* RECORDS PROVIDED:

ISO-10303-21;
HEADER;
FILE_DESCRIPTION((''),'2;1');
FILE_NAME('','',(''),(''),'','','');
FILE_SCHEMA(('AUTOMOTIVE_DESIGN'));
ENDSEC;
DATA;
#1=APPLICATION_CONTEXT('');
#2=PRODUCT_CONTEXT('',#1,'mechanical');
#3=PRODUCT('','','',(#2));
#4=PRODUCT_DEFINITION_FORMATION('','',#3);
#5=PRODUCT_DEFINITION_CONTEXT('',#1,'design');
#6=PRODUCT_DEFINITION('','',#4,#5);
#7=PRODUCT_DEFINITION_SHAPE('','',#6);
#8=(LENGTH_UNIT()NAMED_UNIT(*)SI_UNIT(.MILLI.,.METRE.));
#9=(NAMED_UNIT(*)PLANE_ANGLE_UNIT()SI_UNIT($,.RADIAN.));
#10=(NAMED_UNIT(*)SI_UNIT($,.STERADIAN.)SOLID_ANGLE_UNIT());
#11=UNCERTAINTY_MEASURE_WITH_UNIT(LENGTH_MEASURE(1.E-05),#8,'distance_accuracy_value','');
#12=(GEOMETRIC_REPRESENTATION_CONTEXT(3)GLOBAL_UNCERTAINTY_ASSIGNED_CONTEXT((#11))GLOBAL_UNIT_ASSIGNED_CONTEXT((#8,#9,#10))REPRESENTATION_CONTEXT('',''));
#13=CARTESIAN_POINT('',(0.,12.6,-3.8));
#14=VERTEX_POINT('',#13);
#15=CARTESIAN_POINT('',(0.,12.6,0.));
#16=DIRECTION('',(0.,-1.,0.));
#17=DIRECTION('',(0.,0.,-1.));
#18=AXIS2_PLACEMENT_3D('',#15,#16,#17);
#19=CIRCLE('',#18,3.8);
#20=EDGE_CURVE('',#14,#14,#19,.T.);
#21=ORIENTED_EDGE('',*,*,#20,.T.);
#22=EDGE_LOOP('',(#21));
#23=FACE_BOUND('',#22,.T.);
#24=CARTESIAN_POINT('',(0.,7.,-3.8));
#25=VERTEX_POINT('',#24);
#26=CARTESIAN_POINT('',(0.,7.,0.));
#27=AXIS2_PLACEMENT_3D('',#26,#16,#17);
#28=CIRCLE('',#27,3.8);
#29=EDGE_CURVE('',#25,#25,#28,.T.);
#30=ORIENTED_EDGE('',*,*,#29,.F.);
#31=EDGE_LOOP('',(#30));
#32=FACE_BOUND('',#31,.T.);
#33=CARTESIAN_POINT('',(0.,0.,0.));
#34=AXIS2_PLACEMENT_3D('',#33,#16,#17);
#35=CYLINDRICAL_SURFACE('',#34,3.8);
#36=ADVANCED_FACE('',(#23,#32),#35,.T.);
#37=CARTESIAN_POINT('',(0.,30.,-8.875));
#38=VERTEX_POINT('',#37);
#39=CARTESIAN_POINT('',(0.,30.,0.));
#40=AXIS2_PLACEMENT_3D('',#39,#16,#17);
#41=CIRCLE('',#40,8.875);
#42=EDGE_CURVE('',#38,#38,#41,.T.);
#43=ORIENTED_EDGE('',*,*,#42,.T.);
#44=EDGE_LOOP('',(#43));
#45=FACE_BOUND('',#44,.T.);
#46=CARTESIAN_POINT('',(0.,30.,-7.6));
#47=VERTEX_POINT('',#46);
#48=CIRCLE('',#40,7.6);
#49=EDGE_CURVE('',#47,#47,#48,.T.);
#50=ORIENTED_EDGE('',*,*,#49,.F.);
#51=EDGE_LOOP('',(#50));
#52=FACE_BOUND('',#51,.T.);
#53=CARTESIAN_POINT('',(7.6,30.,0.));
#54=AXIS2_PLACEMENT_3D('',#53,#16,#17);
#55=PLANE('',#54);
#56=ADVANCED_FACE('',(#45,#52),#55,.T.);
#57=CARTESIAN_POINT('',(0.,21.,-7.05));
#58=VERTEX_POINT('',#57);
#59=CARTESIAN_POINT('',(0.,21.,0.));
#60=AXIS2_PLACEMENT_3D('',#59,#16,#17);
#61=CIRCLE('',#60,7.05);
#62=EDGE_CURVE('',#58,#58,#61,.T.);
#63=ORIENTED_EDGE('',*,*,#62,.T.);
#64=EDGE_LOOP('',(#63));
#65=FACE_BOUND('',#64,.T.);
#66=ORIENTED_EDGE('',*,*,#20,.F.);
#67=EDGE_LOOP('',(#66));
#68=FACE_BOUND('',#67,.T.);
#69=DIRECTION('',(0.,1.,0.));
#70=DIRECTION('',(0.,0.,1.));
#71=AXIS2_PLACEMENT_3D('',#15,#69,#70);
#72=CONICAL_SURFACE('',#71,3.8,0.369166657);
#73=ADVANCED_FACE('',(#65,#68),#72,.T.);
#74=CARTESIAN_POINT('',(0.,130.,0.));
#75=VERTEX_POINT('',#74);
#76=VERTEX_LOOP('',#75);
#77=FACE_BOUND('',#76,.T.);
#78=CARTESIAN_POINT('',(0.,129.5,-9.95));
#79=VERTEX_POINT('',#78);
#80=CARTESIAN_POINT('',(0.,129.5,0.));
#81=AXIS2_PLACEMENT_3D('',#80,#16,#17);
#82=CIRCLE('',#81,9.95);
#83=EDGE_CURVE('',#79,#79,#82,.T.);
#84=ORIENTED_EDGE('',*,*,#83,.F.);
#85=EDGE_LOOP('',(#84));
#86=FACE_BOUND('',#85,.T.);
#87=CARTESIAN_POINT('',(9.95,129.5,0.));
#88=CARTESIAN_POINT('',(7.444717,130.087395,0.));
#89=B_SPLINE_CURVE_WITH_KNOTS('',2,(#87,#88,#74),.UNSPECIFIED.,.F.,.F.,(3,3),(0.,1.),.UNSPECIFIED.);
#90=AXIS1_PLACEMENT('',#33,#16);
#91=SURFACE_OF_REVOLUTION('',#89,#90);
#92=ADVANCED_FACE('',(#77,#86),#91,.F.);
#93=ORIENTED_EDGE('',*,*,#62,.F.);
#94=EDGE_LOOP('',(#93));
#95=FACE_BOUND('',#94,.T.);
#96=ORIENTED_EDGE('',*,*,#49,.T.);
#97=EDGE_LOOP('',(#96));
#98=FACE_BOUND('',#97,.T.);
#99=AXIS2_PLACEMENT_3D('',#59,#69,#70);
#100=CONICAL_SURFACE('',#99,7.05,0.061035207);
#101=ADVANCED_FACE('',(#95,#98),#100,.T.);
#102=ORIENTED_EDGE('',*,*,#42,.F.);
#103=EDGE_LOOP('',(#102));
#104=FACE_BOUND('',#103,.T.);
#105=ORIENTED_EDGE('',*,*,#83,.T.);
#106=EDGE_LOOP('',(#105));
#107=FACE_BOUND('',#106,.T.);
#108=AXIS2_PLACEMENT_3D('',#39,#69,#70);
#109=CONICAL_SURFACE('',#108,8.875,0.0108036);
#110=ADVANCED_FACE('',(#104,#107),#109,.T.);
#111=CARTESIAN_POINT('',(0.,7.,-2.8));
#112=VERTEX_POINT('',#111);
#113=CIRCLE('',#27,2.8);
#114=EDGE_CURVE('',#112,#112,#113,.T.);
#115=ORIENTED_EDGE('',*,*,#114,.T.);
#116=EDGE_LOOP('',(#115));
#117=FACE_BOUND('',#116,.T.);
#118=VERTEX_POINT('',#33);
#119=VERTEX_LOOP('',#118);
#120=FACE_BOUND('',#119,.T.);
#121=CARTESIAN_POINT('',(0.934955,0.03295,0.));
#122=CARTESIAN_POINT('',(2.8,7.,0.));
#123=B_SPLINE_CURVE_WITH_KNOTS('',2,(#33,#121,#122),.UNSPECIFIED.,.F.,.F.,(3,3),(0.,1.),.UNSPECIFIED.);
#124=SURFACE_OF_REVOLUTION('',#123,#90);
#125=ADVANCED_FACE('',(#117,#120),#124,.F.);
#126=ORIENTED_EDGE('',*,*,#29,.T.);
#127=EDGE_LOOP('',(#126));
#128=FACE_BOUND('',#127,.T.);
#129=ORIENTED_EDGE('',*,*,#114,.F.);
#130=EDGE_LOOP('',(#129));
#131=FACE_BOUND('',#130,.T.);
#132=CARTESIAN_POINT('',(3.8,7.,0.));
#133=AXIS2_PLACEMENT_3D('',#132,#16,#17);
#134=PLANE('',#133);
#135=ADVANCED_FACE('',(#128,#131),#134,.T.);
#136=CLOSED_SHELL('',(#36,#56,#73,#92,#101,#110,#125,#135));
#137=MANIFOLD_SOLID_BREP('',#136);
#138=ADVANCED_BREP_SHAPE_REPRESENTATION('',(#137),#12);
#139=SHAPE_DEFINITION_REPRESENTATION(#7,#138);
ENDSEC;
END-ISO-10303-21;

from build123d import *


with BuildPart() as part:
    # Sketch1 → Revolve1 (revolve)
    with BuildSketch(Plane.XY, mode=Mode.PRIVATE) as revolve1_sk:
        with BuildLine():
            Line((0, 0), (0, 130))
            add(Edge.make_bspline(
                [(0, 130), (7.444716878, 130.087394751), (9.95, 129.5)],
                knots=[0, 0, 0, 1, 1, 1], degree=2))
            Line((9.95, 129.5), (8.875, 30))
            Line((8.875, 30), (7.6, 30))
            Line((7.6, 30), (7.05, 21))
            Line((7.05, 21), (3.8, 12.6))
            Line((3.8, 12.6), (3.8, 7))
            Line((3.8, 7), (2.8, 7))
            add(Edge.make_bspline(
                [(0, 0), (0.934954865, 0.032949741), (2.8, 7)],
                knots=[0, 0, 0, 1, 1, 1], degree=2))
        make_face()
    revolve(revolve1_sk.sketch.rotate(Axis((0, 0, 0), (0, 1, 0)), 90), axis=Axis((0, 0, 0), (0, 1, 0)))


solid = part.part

--

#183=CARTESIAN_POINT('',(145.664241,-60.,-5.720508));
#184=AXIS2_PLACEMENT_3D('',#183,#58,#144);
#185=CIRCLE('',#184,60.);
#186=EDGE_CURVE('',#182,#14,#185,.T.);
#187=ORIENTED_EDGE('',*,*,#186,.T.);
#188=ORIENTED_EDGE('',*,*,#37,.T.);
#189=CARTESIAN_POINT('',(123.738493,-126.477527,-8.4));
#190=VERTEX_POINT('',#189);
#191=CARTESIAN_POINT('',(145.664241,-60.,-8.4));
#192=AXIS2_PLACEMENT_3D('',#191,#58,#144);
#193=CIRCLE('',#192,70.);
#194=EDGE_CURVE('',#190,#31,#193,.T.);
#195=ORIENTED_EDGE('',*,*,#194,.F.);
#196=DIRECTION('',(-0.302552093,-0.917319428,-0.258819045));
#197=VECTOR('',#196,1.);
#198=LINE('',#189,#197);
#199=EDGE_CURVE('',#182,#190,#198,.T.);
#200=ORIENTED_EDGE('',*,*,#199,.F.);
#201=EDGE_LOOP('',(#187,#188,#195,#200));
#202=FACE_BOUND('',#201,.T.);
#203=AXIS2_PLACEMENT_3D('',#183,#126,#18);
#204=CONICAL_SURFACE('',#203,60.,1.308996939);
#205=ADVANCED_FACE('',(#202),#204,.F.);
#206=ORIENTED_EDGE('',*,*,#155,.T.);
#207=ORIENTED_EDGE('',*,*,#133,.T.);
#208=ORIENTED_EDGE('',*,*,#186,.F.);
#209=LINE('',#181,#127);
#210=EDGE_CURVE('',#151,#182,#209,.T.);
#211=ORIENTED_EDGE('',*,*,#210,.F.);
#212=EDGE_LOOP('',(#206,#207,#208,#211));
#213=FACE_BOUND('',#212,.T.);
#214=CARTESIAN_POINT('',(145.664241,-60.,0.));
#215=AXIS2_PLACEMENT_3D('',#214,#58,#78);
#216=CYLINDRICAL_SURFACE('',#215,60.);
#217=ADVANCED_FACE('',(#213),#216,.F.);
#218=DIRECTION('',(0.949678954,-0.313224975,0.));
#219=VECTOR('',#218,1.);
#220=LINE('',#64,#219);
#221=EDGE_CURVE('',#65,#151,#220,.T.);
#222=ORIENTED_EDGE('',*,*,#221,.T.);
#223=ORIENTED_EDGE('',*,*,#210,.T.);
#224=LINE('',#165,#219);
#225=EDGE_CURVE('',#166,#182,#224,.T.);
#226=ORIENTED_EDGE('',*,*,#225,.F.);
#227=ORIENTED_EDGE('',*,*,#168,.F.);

---

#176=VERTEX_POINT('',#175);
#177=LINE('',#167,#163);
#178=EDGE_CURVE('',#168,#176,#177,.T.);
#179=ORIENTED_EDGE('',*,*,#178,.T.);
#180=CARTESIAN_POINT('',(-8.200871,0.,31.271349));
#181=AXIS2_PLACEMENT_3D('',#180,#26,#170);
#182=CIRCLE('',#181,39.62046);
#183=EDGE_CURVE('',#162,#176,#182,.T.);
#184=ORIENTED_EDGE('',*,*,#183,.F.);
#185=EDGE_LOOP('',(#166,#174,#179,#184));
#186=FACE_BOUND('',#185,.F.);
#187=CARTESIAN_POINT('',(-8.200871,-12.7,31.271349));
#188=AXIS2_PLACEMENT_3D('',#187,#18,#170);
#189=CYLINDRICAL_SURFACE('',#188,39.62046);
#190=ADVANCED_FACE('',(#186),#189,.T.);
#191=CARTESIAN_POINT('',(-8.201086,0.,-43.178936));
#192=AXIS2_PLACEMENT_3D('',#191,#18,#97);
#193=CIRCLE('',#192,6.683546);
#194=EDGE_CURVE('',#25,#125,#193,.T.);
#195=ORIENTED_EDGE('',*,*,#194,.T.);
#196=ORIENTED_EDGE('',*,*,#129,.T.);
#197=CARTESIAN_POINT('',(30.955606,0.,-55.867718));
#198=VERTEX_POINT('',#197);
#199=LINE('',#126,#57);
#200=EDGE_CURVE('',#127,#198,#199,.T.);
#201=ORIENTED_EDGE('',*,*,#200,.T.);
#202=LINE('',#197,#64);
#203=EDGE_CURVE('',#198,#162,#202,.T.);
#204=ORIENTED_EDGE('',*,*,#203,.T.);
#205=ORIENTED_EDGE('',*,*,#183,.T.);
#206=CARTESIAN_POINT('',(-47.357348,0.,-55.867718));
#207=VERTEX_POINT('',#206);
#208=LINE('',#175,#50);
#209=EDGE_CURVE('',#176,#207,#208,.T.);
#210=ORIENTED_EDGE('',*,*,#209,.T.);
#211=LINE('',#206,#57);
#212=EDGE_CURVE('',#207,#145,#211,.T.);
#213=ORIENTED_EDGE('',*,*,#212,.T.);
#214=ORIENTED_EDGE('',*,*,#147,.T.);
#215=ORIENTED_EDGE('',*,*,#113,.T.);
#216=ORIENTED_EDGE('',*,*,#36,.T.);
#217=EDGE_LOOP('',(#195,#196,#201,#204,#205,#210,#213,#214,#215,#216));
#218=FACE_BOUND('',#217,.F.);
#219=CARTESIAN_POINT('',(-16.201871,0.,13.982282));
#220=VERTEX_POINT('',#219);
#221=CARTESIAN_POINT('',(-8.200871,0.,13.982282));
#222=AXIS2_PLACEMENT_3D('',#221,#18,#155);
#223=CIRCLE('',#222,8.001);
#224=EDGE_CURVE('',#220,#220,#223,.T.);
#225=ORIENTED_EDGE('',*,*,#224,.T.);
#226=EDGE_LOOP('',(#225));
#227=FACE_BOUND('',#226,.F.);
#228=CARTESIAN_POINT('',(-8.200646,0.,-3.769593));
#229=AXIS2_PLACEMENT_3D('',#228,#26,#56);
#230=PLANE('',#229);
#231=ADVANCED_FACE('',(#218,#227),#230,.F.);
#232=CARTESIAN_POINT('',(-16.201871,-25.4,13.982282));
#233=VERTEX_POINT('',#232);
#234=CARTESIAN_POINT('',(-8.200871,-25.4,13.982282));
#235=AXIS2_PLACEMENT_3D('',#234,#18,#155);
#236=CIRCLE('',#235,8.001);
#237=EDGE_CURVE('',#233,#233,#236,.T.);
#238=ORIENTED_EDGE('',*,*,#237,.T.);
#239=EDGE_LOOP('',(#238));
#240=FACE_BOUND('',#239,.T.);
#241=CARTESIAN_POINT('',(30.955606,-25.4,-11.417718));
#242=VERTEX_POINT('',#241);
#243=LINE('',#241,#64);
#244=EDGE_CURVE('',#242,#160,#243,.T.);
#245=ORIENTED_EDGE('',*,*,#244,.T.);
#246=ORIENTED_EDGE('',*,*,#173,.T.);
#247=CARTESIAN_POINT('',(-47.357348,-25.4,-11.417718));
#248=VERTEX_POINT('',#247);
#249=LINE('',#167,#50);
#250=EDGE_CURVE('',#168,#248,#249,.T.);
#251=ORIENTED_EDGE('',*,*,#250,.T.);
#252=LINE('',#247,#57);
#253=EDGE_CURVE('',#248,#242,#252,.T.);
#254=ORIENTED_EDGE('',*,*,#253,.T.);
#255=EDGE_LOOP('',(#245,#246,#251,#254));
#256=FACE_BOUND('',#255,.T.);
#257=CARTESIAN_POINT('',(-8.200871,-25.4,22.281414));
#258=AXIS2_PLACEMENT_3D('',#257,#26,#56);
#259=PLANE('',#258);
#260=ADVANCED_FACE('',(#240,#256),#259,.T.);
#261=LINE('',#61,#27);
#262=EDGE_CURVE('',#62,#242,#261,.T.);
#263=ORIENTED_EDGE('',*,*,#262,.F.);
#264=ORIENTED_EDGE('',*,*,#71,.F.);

* ASSIGNMENT:
Look above for the line holding "#245=ORIENTED_EDGE('',*,*,#244,.T.);" and the line holding "#264=ORIENTED_EDGE('',*,*,#71,.F.);", then output exactly those two lines and every line between them, nothing more.

* WORKED SOLUTION:
#245=ORIENTED_EDGE('',*,*,#244,.T.);
#246=ORIENTED_EDGE('',*,*,#173,.T.);
#247=CARTESIAN_POINT('',(-47.357348,-25.4,-11.417718));
#248=VERTEX_POINT('',#247);
#249=LINE('',#167,#50);
#250=EDGE_CURVE('',#168,#248,#249,.T.);
#251=ORIENTED_EDGE('',*,*,#250,.T.);
#252=LINE('',#247,#57);
#253=EDGE_CURVE('',#248,#242,#252,.T.);
#254=ORIENTED_EDGE('',*,*,#253,.T.);
#255=EDGE_LOOP('',(#245,#246,#251,#254));
#256=FACE_BOUND('',#255,.T.);
#257=CARTESIAN_POINT('',(-8.200871,-25.4,22.281414));
#258=AXIS2_PLACEMENT_3D('',#257,#26,#56);
#259=PLANE('',#258);
#260=ADVANCED_FACE('',(#240,#256),#259,.T.);
#261=LINE('',#61,#27);
#262=EDGE_CURVE('',#62,#242,#261,.T.);
#263=ORIENTED_EDGE('',*,*,#262,.F.);
#264=ORIENTED_EDGE('',*,*,#71,.F.);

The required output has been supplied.